Task prompt – Give back exactly the lines of the data below, starting with the line that has "v -3.421 -9.539 27.329" and going on through the line that has "f 115 113 116".

Provided information –
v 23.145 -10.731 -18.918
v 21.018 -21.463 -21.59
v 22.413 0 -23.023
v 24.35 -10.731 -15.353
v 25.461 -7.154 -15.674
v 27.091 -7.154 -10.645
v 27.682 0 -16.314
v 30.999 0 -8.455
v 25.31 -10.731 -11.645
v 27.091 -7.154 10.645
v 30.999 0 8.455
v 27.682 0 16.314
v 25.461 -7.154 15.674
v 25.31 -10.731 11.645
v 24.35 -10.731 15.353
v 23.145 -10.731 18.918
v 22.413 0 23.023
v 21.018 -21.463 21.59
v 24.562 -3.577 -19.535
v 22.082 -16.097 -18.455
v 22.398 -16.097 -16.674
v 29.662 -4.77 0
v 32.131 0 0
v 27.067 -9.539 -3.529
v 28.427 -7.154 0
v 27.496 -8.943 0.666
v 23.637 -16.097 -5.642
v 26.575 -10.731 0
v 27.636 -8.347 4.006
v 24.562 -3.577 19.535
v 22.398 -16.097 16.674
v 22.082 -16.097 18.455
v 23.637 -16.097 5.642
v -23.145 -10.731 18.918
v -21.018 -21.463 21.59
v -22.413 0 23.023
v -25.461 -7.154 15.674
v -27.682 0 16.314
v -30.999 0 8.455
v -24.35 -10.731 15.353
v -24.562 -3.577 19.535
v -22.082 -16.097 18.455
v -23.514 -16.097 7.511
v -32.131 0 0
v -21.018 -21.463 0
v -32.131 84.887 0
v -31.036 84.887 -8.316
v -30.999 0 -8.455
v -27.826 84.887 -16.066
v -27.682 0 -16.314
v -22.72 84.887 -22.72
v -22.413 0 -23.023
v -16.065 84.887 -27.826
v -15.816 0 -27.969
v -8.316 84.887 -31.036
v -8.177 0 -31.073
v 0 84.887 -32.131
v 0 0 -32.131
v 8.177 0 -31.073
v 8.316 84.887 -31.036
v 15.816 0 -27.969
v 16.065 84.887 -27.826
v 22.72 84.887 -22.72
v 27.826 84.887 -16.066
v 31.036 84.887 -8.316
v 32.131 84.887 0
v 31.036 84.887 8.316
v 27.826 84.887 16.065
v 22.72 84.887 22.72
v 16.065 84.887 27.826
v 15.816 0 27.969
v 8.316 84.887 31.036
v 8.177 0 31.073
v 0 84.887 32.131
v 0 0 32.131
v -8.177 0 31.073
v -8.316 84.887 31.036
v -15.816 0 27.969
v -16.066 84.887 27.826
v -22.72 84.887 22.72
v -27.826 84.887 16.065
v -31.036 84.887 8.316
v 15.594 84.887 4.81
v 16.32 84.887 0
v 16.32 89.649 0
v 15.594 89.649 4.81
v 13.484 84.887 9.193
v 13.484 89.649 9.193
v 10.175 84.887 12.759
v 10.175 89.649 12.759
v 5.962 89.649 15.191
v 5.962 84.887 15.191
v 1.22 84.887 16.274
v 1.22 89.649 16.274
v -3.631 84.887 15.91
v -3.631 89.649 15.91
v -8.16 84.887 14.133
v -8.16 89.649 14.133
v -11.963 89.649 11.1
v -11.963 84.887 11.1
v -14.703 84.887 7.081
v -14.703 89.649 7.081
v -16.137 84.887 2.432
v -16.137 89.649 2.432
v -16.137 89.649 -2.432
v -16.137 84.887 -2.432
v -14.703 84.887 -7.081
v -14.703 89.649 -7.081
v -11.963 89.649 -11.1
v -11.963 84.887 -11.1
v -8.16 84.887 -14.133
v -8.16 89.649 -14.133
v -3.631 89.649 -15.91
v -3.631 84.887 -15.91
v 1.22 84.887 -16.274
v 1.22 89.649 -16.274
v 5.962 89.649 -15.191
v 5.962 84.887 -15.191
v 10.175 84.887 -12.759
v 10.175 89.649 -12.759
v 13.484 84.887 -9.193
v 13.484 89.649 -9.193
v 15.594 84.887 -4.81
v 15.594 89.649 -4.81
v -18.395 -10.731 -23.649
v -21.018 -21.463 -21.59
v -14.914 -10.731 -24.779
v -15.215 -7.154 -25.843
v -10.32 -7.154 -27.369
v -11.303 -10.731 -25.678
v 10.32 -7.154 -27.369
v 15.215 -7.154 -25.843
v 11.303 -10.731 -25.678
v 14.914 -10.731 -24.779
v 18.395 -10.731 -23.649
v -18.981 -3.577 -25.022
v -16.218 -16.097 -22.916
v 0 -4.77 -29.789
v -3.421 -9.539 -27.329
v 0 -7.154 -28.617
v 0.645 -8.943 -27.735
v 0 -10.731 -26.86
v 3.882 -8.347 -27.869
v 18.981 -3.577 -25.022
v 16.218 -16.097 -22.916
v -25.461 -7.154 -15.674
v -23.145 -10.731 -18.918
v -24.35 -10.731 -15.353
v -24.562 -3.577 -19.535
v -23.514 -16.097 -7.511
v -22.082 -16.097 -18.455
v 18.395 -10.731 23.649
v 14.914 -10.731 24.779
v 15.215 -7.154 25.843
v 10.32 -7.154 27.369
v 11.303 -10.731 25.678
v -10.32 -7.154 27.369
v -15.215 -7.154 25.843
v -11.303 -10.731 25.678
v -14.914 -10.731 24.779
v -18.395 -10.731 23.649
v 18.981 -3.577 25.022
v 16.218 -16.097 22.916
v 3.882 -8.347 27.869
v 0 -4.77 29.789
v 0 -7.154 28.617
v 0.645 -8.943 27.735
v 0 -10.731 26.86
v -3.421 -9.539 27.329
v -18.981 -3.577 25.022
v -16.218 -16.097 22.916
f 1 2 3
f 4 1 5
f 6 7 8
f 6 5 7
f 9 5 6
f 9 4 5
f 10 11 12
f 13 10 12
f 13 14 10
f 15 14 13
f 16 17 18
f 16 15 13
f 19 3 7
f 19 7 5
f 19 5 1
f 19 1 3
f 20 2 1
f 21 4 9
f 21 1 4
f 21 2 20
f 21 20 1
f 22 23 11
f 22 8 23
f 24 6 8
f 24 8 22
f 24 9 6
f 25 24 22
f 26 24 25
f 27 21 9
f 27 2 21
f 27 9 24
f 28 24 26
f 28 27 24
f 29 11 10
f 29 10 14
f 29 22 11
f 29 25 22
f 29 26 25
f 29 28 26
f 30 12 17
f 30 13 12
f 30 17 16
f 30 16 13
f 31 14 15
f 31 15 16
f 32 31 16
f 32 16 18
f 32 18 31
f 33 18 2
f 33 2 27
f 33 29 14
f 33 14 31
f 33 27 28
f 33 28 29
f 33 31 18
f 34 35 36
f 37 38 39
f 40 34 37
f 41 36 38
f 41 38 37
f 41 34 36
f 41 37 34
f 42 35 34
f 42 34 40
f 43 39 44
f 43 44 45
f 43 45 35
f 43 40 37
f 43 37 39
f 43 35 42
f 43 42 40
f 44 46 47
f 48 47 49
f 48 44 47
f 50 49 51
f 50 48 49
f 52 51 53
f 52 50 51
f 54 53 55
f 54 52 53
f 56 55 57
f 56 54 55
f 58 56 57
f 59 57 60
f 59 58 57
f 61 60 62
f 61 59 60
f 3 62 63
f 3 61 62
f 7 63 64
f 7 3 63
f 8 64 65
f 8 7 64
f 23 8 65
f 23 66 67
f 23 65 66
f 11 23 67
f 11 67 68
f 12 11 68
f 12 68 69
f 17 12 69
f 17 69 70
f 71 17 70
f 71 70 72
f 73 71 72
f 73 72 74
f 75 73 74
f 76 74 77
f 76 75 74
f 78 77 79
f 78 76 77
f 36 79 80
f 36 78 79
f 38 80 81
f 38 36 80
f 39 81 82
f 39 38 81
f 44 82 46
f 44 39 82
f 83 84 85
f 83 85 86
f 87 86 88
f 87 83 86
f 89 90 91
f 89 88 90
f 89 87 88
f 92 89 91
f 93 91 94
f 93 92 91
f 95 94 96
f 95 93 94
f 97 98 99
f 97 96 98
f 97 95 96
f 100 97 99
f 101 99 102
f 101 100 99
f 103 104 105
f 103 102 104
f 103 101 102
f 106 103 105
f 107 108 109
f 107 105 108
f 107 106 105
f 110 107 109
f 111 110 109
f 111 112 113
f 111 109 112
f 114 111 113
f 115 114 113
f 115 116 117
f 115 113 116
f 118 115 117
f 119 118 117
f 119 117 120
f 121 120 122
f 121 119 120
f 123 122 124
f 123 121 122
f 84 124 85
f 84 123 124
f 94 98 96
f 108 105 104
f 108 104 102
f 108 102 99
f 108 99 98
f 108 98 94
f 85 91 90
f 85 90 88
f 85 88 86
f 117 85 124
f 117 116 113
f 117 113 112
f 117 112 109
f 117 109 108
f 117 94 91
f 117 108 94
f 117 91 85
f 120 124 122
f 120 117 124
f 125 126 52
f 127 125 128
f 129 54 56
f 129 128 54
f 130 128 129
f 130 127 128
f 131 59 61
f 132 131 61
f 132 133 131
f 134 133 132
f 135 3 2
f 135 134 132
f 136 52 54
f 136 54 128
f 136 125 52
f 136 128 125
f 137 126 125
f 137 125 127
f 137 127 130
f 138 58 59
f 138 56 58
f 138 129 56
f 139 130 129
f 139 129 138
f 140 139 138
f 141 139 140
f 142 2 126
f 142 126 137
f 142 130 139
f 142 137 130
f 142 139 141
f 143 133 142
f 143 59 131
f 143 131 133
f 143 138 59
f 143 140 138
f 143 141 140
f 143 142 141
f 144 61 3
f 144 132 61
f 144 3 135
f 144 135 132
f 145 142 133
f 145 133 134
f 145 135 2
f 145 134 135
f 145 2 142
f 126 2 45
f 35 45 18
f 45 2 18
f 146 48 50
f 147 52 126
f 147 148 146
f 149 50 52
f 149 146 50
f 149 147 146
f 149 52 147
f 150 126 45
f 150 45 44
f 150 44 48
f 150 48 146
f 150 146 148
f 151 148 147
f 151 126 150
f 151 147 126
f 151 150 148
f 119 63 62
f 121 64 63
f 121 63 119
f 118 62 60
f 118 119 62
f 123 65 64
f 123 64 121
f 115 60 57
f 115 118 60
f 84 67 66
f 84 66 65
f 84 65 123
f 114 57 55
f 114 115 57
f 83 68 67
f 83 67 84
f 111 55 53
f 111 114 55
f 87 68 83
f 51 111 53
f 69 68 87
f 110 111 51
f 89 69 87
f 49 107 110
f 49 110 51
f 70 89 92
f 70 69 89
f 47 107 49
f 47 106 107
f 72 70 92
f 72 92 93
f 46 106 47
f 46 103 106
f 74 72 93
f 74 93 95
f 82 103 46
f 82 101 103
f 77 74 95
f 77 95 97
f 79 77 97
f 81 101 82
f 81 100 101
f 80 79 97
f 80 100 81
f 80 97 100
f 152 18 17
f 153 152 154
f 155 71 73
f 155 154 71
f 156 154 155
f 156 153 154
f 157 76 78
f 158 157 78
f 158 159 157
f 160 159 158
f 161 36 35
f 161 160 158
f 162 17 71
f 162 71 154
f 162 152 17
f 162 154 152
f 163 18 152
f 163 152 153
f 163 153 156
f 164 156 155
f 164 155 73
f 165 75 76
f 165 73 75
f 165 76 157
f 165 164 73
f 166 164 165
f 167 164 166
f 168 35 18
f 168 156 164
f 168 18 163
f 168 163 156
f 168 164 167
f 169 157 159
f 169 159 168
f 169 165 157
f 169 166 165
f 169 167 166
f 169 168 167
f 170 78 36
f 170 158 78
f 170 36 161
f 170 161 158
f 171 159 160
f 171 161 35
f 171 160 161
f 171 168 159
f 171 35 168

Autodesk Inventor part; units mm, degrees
ref_plane "YZ Plane" through (0, 0, 0) normal (1, 0, 0) x (0, 1, 0)
ref_plane "XZ Plane" through (0, 0, 0) normal (0, 1, 0) x (-1, 0, 0)
ref_plane "XY Plane" through (0, 0, 0) normal (0, 0, 1) x (1, 0, 0)
sketch "Sketch1" plane through (0, 0, 0) normal (0, 1, 0) x (-1, 0, 0)
  circle A0 centre (0, 0) radius 16.3195
  circle A1 centre (0, 0) radius 32.131
  dimension "d0" = 32.639
  dimension "d1" = 64.262
extrude "Extrusion1" add sketch "Sketch1" along normal blind 84.8868 contours A0 | A1
sketch "Sketch2" plane through (0, 84.8868, 0) normal (0, 1, 0) x (1, 0, 0)
  circle A0 centre (0, 0) radius 16.3195
  dimension "d4" = 32.639
extrude "Extrusion2" add sketch "Sketch2" along normal blind 4.7625
sketch "Sketch3" plane through (0, 0, 0) normal (0, -1, 0) x (1, 0, 0)
  circle A0 centre (0, 0) radius 32.131
ref_plane "Work Plane1" through (0, -21.463, 0) normal (0, -1, 0) x (1, 0, 0)
sketch "Sketch4" plane through (0, -21.463, 0) normal (0, -1, 0) x (1, 0, 0)
  line L0 (21.0185, 21.59) -> (-21.0185, 21.59)
  line L1 (-21.0185, 21.59) -> (-21.0185, -21.59)
  line L2 (-21.0185, -21.59) -> (21.0185, -21.59)
  line L3 (21.0185, -21.59) -> (21.0185, 21.59)
  point P0 (0, 0)
  dimension "d8" = 43.18
  dimension "d9" = 42.037
  dimension "d10" = 21.0185
  dimension "d11" = 21.59
loft "Loft1" add profiles "Sketch4" section 1 edges at (32.131, 0, 0)
equation "\"d10\" = 0.5 * d9"
equation "\"d11\" = 0.5 * d8"
properties part number "Motor"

Response area –
v -3.421 -9.539 27.329
v -18.981 -3.577 25.022
v -16.218 -16.097 22.916
f 1 2 3
f 4 1 5
f 6 7 8
f 6 5 7
f 9 5 6
f 9 4 5
f 10 11 12
f 13 10 12
f 13 14 10
f 15 14 13
f 16 17 18
f 16 15 13
f 19 3 7
f 19 7 5
f 19 5 1
f 19 1 3
f 20 2 1
f 21 4 9
f 21 1 4
f 21 2 20
f 21 20 1
f 22 23 11
f 22 8 23
f 24 6 8
f 24 8 22
f 24 9 6
f 25 24 22
f 26 24 25
f 27 21 9
f 27 2 21
f 27 9 24
f 28 24 26
f 28 27 24
f 29 11 10
f 29 10 14
f 29 22 11
f 29 25 22
f 29 26 25
f 29 28 26
f 30 12 17
f 30 13 12
f 30 17 16
f 30 16 13
f 31 14 15
f 31 15 16
f 32 31 16
f 32 16 18
f 32 18 31
f 33 18 2
f 33 2 27
f 33 29 14
f 33 14 31
f 33 27 28
f 33 28 29
f 33 31 18
f 34 35 36
f 37 38 39
f 40 34 37
f 41 36 38
f 41 38 37
f 41 34 36
f 41 37 34
f 42 35 34
f 42 34 40
f 43 39 44
f 43 44 45
f 43 45 35
f 43 40 37
f 43 37 39
f 43 35 42
f 43 42 40
f 44 46 47
f 48 47 49
f 48 44 47
f 50 49 51
f 50 48 49
f 52 51 53
f 52 50 51
f 54 53 55
f 54 52 53
f 56 55 57
f 56 54 55
f 58 56 57
f 59 57 60
f 59 58 57
f 61 60 62
f 61 59 60
f 3 62 63
f 3 61 62
f 7 63 64
f 7 3 63
f 8 64 65
f 8 7 64
f 23 8 65
f 23 66 67
f 23 65 66
f 11 23 67
f 11 67 68
f 12 11 68
f 12 68 69
f 17 12 69
f 17 69 70
f 71 17 70
f 71 70 72
f 73 71 72
f 73 72 74
f 75 73 74
f 76 74 77
f 76 75 74
f 78 77 79
f 78 76 77
f 36 79 80
f 36 78 79
f 38 80 81
f 38 36 80
f 39 81 82
f 39 38 81
f 44 82 46
f 44 39 82
f 83 84 85
f 83 85 86
f 87 86 88
f 87 83 86
f 89 90 91
f 89 88 90
f 89 87 88
f 92 89 91
f 93 91 94
f 93 92 91
f 95 94 96
f 95 93 94
f 97 98 99
f 97 96 98
f 97 95 96
f 100 97 99
f 101 99 102
f 101 100 99
f 103 104 105
f 103 102 104
f 103 101 102
f 106 103 105
f 107 108 109
f 107 105 108
f 107 106 105
f 110 107 109
f 111 110 109
f 111 112 113
f 111 109 112
f 114 111 113
f 115 114 113
f 115 116 117
f 115 113 116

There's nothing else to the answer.